_PROBLEM TO SOLVE_
Of all the lines below, return only those starting with the line holding "v 19.338 2 -4.888" and going on through the line holding "v 16.998 2 -3.761", exactly as written.

_RECORDS FOR THIS EXERCISE_
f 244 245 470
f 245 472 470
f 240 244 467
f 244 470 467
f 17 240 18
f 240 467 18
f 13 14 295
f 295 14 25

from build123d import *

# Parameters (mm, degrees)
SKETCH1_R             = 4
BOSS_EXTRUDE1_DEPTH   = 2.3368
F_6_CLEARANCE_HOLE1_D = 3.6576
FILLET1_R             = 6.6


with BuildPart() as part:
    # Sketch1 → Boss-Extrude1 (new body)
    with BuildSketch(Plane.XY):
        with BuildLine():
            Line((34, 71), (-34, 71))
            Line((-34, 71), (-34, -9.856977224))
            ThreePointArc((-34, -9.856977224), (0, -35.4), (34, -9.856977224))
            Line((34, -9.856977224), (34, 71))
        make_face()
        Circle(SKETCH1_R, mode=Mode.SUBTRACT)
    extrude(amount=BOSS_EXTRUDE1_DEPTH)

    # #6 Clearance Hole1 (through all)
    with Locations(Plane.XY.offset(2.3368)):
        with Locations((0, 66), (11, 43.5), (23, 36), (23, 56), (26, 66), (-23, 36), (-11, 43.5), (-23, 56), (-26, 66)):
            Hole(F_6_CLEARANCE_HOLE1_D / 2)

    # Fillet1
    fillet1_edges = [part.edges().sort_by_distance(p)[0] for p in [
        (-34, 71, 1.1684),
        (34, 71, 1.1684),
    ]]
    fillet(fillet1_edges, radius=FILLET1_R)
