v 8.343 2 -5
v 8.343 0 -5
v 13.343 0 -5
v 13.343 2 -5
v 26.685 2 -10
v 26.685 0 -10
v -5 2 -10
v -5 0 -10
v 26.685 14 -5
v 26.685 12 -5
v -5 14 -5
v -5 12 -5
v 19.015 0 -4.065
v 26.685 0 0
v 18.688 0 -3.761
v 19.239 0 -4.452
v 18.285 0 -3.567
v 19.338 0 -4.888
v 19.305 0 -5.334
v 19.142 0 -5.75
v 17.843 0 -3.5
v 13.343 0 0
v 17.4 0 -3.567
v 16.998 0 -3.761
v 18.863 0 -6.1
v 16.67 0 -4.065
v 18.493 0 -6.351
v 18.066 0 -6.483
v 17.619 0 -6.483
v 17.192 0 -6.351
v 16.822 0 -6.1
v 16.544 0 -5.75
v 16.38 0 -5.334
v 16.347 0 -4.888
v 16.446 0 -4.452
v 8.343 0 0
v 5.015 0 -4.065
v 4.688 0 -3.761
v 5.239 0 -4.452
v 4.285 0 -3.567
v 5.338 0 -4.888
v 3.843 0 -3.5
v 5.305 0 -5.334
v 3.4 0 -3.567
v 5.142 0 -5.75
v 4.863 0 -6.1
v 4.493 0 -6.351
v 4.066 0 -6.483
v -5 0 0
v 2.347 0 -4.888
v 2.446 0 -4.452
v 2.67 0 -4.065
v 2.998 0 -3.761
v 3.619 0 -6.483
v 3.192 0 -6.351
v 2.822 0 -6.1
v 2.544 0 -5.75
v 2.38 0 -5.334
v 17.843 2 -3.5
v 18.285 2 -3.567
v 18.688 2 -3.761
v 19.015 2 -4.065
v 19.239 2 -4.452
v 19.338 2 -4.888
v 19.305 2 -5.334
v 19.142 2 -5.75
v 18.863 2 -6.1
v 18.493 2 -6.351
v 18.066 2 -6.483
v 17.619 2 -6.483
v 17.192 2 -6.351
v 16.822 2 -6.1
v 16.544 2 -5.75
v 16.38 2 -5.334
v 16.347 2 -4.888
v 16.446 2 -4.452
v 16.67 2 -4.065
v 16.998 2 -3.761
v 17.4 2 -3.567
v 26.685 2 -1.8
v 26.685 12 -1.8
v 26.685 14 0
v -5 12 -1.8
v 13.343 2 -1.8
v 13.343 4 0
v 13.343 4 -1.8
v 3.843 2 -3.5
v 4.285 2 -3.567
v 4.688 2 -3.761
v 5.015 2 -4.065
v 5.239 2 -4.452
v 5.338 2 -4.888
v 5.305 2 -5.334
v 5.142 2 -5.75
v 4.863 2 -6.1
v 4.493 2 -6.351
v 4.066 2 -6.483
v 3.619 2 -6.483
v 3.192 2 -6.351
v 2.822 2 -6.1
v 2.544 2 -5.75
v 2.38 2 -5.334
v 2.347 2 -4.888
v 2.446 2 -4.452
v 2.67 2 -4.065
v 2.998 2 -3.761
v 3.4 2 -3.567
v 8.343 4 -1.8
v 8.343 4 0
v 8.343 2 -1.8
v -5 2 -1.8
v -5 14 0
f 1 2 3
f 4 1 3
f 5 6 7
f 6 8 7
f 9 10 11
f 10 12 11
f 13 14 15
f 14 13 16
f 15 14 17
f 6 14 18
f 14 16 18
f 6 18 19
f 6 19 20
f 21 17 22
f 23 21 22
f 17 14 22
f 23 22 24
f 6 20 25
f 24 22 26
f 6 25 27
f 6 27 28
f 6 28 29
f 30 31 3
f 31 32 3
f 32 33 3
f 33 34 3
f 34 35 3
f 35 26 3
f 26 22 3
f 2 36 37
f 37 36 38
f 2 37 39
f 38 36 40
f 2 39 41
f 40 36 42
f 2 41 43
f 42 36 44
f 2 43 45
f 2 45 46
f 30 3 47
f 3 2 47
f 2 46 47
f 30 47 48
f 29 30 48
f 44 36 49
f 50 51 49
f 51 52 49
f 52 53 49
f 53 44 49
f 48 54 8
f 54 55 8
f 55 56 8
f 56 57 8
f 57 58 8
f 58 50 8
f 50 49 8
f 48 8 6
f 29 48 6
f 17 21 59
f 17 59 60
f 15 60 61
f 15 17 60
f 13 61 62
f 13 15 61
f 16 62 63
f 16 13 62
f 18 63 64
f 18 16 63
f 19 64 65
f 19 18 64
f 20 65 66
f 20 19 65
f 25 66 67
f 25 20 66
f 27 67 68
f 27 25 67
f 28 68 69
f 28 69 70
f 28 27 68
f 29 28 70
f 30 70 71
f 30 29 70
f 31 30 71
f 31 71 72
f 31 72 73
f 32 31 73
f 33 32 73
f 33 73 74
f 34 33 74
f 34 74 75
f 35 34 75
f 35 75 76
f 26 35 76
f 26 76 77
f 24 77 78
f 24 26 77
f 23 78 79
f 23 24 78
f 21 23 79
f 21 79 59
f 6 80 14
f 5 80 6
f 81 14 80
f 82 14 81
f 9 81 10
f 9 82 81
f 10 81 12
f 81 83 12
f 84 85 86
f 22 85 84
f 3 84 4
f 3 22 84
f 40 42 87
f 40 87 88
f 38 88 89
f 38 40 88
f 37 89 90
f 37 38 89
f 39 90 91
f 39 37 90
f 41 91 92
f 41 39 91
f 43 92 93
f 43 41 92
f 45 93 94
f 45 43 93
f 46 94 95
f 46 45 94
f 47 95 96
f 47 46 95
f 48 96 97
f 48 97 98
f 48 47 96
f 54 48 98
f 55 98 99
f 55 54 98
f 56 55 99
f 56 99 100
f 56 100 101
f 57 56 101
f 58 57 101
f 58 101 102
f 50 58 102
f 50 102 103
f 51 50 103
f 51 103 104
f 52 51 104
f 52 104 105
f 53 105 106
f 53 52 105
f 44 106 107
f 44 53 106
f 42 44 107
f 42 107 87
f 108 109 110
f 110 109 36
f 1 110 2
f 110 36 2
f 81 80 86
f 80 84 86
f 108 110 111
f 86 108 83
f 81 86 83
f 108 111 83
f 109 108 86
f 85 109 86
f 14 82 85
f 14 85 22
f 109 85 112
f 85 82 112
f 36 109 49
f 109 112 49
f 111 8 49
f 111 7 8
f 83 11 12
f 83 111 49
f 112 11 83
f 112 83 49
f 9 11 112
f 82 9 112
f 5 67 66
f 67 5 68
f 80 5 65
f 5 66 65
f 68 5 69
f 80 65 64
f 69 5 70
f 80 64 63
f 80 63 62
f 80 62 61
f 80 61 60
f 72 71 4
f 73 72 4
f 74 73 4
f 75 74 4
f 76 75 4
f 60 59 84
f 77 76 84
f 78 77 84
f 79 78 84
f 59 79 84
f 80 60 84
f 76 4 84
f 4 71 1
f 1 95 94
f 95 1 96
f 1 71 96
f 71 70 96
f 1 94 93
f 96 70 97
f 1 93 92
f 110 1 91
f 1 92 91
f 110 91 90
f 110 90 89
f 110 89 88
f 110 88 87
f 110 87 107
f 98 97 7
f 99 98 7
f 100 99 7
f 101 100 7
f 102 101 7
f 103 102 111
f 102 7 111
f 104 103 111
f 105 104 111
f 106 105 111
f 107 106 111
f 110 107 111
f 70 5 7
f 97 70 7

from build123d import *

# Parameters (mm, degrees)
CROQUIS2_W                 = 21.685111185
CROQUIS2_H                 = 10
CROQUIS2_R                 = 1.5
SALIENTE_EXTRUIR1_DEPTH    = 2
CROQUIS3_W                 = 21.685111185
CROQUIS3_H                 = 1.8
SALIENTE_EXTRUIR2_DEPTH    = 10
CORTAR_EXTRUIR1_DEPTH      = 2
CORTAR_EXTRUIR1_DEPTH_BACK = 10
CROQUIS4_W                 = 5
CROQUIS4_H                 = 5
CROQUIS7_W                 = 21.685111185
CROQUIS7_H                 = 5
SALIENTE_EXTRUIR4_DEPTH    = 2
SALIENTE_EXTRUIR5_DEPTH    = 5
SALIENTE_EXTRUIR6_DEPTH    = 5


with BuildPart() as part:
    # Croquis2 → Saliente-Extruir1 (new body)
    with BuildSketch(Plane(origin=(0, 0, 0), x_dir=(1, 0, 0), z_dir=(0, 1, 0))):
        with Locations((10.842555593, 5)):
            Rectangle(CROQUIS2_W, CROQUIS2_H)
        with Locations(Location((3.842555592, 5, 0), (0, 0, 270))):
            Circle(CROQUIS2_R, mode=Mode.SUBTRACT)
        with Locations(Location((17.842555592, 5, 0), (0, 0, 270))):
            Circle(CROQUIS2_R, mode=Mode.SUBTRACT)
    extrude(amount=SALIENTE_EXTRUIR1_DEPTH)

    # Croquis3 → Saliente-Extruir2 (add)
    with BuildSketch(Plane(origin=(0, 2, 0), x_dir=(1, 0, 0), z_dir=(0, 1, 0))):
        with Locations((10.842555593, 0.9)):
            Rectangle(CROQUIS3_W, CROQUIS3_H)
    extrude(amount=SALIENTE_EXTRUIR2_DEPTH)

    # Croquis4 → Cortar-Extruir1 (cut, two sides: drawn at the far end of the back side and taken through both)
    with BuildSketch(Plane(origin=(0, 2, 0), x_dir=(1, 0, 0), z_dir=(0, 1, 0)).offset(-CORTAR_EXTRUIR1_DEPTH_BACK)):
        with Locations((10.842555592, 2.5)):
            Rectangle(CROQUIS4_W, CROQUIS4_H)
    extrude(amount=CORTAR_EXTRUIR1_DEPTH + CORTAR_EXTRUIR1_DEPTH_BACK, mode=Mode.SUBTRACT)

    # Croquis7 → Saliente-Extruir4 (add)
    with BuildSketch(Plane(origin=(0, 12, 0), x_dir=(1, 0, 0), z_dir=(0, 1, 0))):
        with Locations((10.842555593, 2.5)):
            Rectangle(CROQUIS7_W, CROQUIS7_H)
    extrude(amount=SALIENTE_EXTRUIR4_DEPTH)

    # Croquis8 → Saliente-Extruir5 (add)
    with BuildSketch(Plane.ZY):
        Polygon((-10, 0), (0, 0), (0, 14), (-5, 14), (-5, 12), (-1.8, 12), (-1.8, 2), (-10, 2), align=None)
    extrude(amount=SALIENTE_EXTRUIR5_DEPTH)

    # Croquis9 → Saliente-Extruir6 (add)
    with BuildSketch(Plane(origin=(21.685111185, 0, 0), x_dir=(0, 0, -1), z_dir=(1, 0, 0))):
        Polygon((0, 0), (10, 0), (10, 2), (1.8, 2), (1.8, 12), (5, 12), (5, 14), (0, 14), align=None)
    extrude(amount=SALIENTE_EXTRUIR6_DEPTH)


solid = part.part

_TASK RESPONSE_
v 19.338 2 -4.888
v 19.305 2 -5.334
v 19.142 2 -5.75
v 18.863 2 -6.1
v 18.493 2 -6.351
v 18.066 2 -6.483
v 17.619 2 -6.483
v 17.192 2 -6.351
v 16.822 2 -6.1
v 16.544 2 -5.75
v 16.38 2 -5.334
v 16.347 2 -4.888
v 16.446 2 -4.452
v 16.67 2 -4.065
v 16.998 2 -3.761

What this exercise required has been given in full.